Below are the entries; give again exactly the lines from the one mentioning "v6 (6.48,17.78,25)" through the one mentioning "v10 (-7.37,18.68,18.947084)", inclusive.
• • •
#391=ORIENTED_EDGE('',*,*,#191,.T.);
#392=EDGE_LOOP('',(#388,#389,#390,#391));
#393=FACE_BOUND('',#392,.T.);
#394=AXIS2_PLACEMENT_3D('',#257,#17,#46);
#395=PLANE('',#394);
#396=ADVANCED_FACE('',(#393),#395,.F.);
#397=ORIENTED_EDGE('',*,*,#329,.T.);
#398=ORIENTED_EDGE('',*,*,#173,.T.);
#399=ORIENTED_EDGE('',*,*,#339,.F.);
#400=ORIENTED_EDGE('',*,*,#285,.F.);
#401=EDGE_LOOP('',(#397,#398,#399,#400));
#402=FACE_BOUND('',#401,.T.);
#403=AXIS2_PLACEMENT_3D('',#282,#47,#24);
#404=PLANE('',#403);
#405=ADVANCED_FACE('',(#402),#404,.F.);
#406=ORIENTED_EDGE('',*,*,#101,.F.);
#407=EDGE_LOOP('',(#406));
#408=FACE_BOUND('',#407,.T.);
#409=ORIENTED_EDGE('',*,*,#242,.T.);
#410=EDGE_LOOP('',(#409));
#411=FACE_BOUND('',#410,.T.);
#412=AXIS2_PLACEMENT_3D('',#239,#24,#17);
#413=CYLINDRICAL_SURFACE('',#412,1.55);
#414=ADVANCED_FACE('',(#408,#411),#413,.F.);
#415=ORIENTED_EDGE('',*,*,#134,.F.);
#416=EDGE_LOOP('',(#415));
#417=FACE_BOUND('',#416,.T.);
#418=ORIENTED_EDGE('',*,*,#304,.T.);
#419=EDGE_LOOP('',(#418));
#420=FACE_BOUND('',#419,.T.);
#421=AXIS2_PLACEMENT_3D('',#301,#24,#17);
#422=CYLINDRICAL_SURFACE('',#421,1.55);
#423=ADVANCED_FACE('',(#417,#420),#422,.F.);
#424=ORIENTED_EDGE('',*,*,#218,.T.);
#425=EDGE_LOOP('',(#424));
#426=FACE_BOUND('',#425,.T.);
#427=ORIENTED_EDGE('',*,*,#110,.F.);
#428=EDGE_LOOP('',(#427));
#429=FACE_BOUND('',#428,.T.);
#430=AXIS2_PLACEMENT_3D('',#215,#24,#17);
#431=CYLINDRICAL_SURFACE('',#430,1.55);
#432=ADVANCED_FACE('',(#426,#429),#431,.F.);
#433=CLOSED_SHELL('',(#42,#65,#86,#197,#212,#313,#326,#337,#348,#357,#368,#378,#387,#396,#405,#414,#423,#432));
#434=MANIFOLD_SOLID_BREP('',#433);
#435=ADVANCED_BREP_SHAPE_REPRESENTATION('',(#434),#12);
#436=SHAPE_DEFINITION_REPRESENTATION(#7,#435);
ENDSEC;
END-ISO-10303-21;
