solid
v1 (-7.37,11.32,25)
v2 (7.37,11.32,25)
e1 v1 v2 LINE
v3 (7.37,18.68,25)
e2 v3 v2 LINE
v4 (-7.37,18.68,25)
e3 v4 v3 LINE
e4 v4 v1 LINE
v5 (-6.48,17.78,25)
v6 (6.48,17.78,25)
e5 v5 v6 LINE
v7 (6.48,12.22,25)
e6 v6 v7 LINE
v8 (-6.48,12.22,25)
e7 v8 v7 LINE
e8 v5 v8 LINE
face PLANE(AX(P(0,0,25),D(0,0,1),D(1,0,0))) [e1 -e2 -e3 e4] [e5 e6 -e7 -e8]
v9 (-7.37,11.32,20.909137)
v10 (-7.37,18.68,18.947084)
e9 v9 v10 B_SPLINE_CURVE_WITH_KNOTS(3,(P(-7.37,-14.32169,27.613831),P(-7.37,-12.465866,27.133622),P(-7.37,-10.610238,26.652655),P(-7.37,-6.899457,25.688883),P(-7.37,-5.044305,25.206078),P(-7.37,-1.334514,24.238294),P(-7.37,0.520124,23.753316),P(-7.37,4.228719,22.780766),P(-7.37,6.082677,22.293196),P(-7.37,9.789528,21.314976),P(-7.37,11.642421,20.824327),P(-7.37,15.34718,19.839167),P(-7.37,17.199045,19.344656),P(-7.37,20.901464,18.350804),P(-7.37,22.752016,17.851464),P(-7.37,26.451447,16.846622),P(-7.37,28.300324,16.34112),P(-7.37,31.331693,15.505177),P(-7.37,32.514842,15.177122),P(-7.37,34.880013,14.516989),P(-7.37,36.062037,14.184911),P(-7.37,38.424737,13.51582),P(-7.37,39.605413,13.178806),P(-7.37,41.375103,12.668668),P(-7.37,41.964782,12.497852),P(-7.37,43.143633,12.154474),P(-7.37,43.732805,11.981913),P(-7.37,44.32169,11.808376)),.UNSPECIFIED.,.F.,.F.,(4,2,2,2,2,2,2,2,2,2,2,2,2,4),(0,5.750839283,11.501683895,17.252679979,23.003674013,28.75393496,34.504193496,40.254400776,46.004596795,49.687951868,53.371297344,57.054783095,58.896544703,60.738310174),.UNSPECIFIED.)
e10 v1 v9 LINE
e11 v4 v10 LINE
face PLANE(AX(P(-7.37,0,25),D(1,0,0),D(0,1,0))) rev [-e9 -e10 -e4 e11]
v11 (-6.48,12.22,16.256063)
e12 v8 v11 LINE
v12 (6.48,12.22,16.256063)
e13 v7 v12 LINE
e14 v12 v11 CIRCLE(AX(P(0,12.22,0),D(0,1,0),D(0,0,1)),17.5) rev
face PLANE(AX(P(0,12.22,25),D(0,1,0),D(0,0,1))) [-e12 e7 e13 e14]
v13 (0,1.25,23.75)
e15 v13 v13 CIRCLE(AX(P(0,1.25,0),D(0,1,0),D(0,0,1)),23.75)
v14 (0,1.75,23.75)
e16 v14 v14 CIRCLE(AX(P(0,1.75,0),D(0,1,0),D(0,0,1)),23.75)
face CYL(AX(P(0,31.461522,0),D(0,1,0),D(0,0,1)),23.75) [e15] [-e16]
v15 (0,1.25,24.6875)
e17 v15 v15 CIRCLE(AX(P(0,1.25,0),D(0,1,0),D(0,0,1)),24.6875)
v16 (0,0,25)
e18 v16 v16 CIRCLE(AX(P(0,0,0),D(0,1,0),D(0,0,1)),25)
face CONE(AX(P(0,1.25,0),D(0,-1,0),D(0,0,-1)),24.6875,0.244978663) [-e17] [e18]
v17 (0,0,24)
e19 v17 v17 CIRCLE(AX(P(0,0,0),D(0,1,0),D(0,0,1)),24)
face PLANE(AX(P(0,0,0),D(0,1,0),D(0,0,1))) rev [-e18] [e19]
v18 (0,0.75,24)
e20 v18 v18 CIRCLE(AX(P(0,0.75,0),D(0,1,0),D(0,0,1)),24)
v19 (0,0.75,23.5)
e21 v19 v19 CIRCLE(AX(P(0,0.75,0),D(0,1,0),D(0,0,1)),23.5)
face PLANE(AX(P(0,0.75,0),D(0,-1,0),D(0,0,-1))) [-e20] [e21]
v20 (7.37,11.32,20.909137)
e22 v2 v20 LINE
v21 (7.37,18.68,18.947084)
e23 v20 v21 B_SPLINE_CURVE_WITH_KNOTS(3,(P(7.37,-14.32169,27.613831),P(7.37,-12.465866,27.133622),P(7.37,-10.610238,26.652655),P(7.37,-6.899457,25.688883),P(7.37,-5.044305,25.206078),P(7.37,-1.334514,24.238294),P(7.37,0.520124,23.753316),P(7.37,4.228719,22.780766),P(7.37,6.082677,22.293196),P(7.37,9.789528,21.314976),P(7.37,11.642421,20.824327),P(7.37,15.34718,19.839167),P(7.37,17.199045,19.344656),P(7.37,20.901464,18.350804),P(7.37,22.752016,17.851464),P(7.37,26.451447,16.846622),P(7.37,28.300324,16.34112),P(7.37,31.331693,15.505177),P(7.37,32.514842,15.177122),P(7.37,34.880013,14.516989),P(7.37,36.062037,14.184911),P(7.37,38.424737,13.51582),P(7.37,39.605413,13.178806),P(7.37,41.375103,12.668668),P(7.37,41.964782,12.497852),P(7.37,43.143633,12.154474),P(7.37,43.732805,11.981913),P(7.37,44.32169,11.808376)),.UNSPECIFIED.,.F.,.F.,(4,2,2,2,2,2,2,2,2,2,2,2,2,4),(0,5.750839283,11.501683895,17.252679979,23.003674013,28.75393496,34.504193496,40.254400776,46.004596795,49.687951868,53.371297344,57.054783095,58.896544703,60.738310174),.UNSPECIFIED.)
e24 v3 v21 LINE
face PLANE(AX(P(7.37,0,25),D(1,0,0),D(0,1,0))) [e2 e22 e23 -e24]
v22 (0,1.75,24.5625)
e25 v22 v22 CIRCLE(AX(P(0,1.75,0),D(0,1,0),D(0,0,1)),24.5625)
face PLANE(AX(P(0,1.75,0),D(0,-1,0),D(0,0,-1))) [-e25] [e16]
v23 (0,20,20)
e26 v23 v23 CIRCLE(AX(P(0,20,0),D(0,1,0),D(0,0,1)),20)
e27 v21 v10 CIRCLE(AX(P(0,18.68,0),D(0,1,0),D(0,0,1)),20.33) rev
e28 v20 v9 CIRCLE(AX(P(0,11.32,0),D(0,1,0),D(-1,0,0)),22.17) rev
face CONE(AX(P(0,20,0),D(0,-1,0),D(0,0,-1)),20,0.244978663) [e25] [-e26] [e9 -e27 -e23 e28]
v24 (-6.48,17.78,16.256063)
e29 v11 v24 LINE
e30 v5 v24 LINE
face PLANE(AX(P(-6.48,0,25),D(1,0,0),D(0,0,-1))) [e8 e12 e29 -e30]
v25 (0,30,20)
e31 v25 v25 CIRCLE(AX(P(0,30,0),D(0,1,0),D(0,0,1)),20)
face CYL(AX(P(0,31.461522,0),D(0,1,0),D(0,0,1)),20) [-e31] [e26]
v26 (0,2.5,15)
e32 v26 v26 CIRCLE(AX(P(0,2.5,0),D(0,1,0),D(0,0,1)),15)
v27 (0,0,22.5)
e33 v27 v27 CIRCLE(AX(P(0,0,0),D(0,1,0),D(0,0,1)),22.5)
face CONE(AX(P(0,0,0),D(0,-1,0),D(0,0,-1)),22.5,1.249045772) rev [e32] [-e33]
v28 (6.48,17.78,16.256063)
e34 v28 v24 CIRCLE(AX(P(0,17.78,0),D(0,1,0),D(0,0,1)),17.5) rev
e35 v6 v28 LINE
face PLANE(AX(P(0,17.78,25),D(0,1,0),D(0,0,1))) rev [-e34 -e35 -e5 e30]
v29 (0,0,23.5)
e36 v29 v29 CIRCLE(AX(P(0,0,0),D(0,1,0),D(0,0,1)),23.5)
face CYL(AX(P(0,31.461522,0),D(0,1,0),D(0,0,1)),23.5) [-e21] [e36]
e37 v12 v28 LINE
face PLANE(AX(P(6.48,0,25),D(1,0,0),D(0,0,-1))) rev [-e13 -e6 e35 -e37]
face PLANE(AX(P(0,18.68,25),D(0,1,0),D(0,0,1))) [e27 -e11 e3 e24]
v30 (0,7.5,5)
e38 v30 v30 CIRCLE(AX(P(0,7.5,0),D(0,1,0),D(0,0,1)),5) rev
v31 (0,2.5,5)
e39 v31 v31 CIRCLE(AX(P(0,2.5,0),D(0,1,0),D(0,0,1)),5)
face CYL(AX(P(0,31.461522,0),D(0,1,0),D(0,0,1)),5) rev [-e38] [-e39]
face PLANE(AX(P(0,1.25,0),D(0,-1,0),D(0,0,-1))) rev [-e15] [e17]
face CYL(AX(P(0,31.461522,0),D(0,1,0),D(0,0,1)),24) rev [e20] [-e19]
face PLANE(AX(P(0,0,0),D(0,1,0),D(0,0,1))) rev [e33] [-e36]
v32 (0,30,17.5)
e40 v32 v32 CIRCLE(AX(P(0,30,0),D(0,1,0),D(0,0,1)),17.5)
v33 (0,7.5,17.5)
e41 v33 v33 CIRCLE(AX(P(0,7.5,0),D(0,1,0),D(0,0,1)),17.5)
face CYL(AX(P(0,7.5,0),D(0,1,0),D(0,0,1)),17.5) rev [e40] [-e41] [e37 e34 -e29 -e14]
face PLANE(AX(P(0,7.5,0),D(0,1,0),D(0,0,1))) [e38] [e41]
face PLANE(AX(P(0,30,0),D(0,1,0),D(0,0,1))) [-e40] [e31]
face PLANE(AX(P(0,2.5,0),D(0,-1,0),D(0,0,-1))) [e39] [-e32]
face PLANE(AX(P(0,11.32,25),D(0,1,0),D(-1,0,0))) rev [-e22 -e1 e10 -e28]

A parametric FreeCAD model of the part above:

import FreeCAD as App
import Part
import Sketcher

V = App.Vector

doc = App.newDocument("Part")
params = doc.addObject("Spreadsheet::Sheet", "Params")
for row, (alias, value) in enumerate([
    ("sketch1_diameter", "50 mm"),
    ("pad1_length", "30 mm"),
    ("sketch2_width", "5 mm"),
    ("sketch2_width2", "10 mm"),
    ("sketch2_height", "30 mm"),
    ("sketch2_width3", "22.5 mm"),
    ("sketch2_width4", "0.5 mm"),
    ("groove_angle", "360 deg"),
    ("sketch3_width", "14.74 mm"),
    ("sketch3_width2", "12.96 mm"),
    ("sketch3_height", "7.36 mm"),
    ("sketch3_height2", "5.56 mm"),
    ("pad2_length", "25 mm"),
    ("sketch4_diameter", "35 mm"),
    ("pocket1_length", "22.5 mm"),
    ("sketch5_width", "12.96 mm"),
    ("sketch5_height", "5.56 mm"),
    ("pocket2_length", "46.5 mm"),
], start=1):
    params.set(f"A{row}", alias)
    params.set(f"B{row}", "=" + value)
    params.setAlias(f"B{row}", alias)

body = doc.addObject("PartDesign::Body", "Body")

# Sketch on XZ plane
sketch1 = body.newObject("Sketcher::SketchObject", "Sketch")
sketch1.AttachmentSupport = (doc.getObject("XZ_Plane"), [""])
sketch1.MapMode = "FlatFace"
sketch1.addGeometry(Part.Circle(V(0, 0, 0), V(0, 0, 1), 25), False)
sketch1.addConstraint([
    Sketcher.Constraint("Coincident", 0, 3, -1, 1),
    Sketcher.Constraint("Diameter", 0, 50.0),
])
sketch1.setExpression("Constraints[1]", "Params.sketch1_diameter")
pad1 = body.newObject("PartDesign::Pad", "Pad")
pad1.Profile = sketch1
pad1.setExpression("Length", "Params.pad1_length")
pad1.Reversed = True

# Sketch on XY plane
sketch2 = body.newObject("Sketcher::SketchObject", "Sketch001")
sketch2.AttachmentSupport = (doc.getObject("XY_Plane"), [""])
sketch2.MapMode = "FlatFace"
sketch2.addGeometry([
    Part.LineSegment(V(-24.5625, 1.75, 0), V(-20, 20, 0)),  # 0
    Part.LineSegment(V(-20, 20, 0), V(-20, 30, 0)),  # 1
    Part.LineSegment(V(-20, 30, 0), V(-25, 30, 0)),  # 2
    Part.LineSegment(V(-25, 30, 0), V(-25, 0, 0)),  # 3
    Part.LineSegment(V(-25, 0, 0), V(-24.6875, 1.25, 0)),  # 4
    Part.LineSegment(V(-24.6875, 1.25, 0), V(-23.75, 1.25, 0)),  # 5
    Part.LineSegment(V(-23.75, 1.25, 0), V(-23.75, 1.75, 0)),  # 6
    Part.LineSegment(V(-23.75, 1.75, 0), V(-24.5625, 1.75, 0)),  # 7
    Part.LineSegment(V(0, 0, 0), V(0, 20, 0)),  # 8
    Part.LineSegment(V(0, 20, 0), V(-5, 20, 0)),  # 9
    Part.LineSegment(V(-5, 20, 0), V(-5, 2.5, 0)),  # 10
    Part.LineSegment(V(-5, 2.5, 0), V(-15, 2.5, 0)),  # 11
    Part.LineSegment(V(-15, 2.5, 0), V(-22.5, 0, 0)),  # 12
    Part.LineSegment(V(-22.5, 0, 0), V(0, 0, 0)),  # 13
    Part.LineSegment(V(-24, 0.75, 0), V(-24, 0, 0)),  # 14
    Part.LineSegment(V(-24, 0, 0), V(-23.5, 0, 0)),  # 15
    Part.LineSegment(V(-23.5, 0, 0), V(-23.5, 0.75, 0)),  # 16
    Part.LineSegment(V(-23.5, 0.75, 0), V(-24, 0.75, 0)),  # 17
], False)
sketch2.addConstraint([
    Sketcher.Constraint("Coincident", 0, 2, 1, 1),
    Sketcher.Constraint("Coincident", 1, 2, 2, 1),
    Sketcher.Constraint("Coincident", 2, 2, 3, 1),
    Sketcher.Constraint("Coincident", 3, 2, 4, 1),
    Sketcher.Constraint("Coincident", 4, 2, 5, 1),
    Sketcher.Constraint("Coincident", 5, 2, 6, 1),
    Sketcher.Constraint("Coincident", 6, 2, 7, 1),
    Sketcher.Constraint("Coincident", 7, 2, 0, 1),
    Sketcher.Constraint("Coincident", 8, 2, 9, 1),
    Sketcher.Constraint("Coincident", 9, 2, 10, 1),
    Sketcher.Constraint("Coincident", 10, 2, 11, 1),
    Sketcher.Constraint("Coincident", 11, 2, 12, 1),
    Sketcher.Constraint("Coincident", 12, 2, 13, 1),
    Sketcher.Constraint("Coincident", 13, 2, 8, 1),
    Sketcher.Constraint("Coincident", 14, 2, 15, 1),
    Sketcher.Constraint("Coincident", 15, 2, 16, 1),
    Sketcher.Constraint("Coincident", 16, 2, 17, 1),
    Sketcher.Constraint("Coincident", 17, 2, 14, 1),
    Sketcher.Constraint("Vertical", 1),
• • •
_Exercise response_.
v6 (6.48,17.78,25)
e5 v5 v6 LINE
v7 (6.48,12.22,25)
e6 v6 v7 LINE
v8 (-6.48,12.22,25)
e7 v8 v7 LINE
e8 v5 v8 LINE
face PLANE(AX(P(0,0,25),D(0,0,1),D(1,0,0))) [e1 -e2 -e3 e4] [e5 e6 -e7 -e8]
v9 (-7.37,11.32,20.909137)
v10 (-7.37,18.68,18.947084)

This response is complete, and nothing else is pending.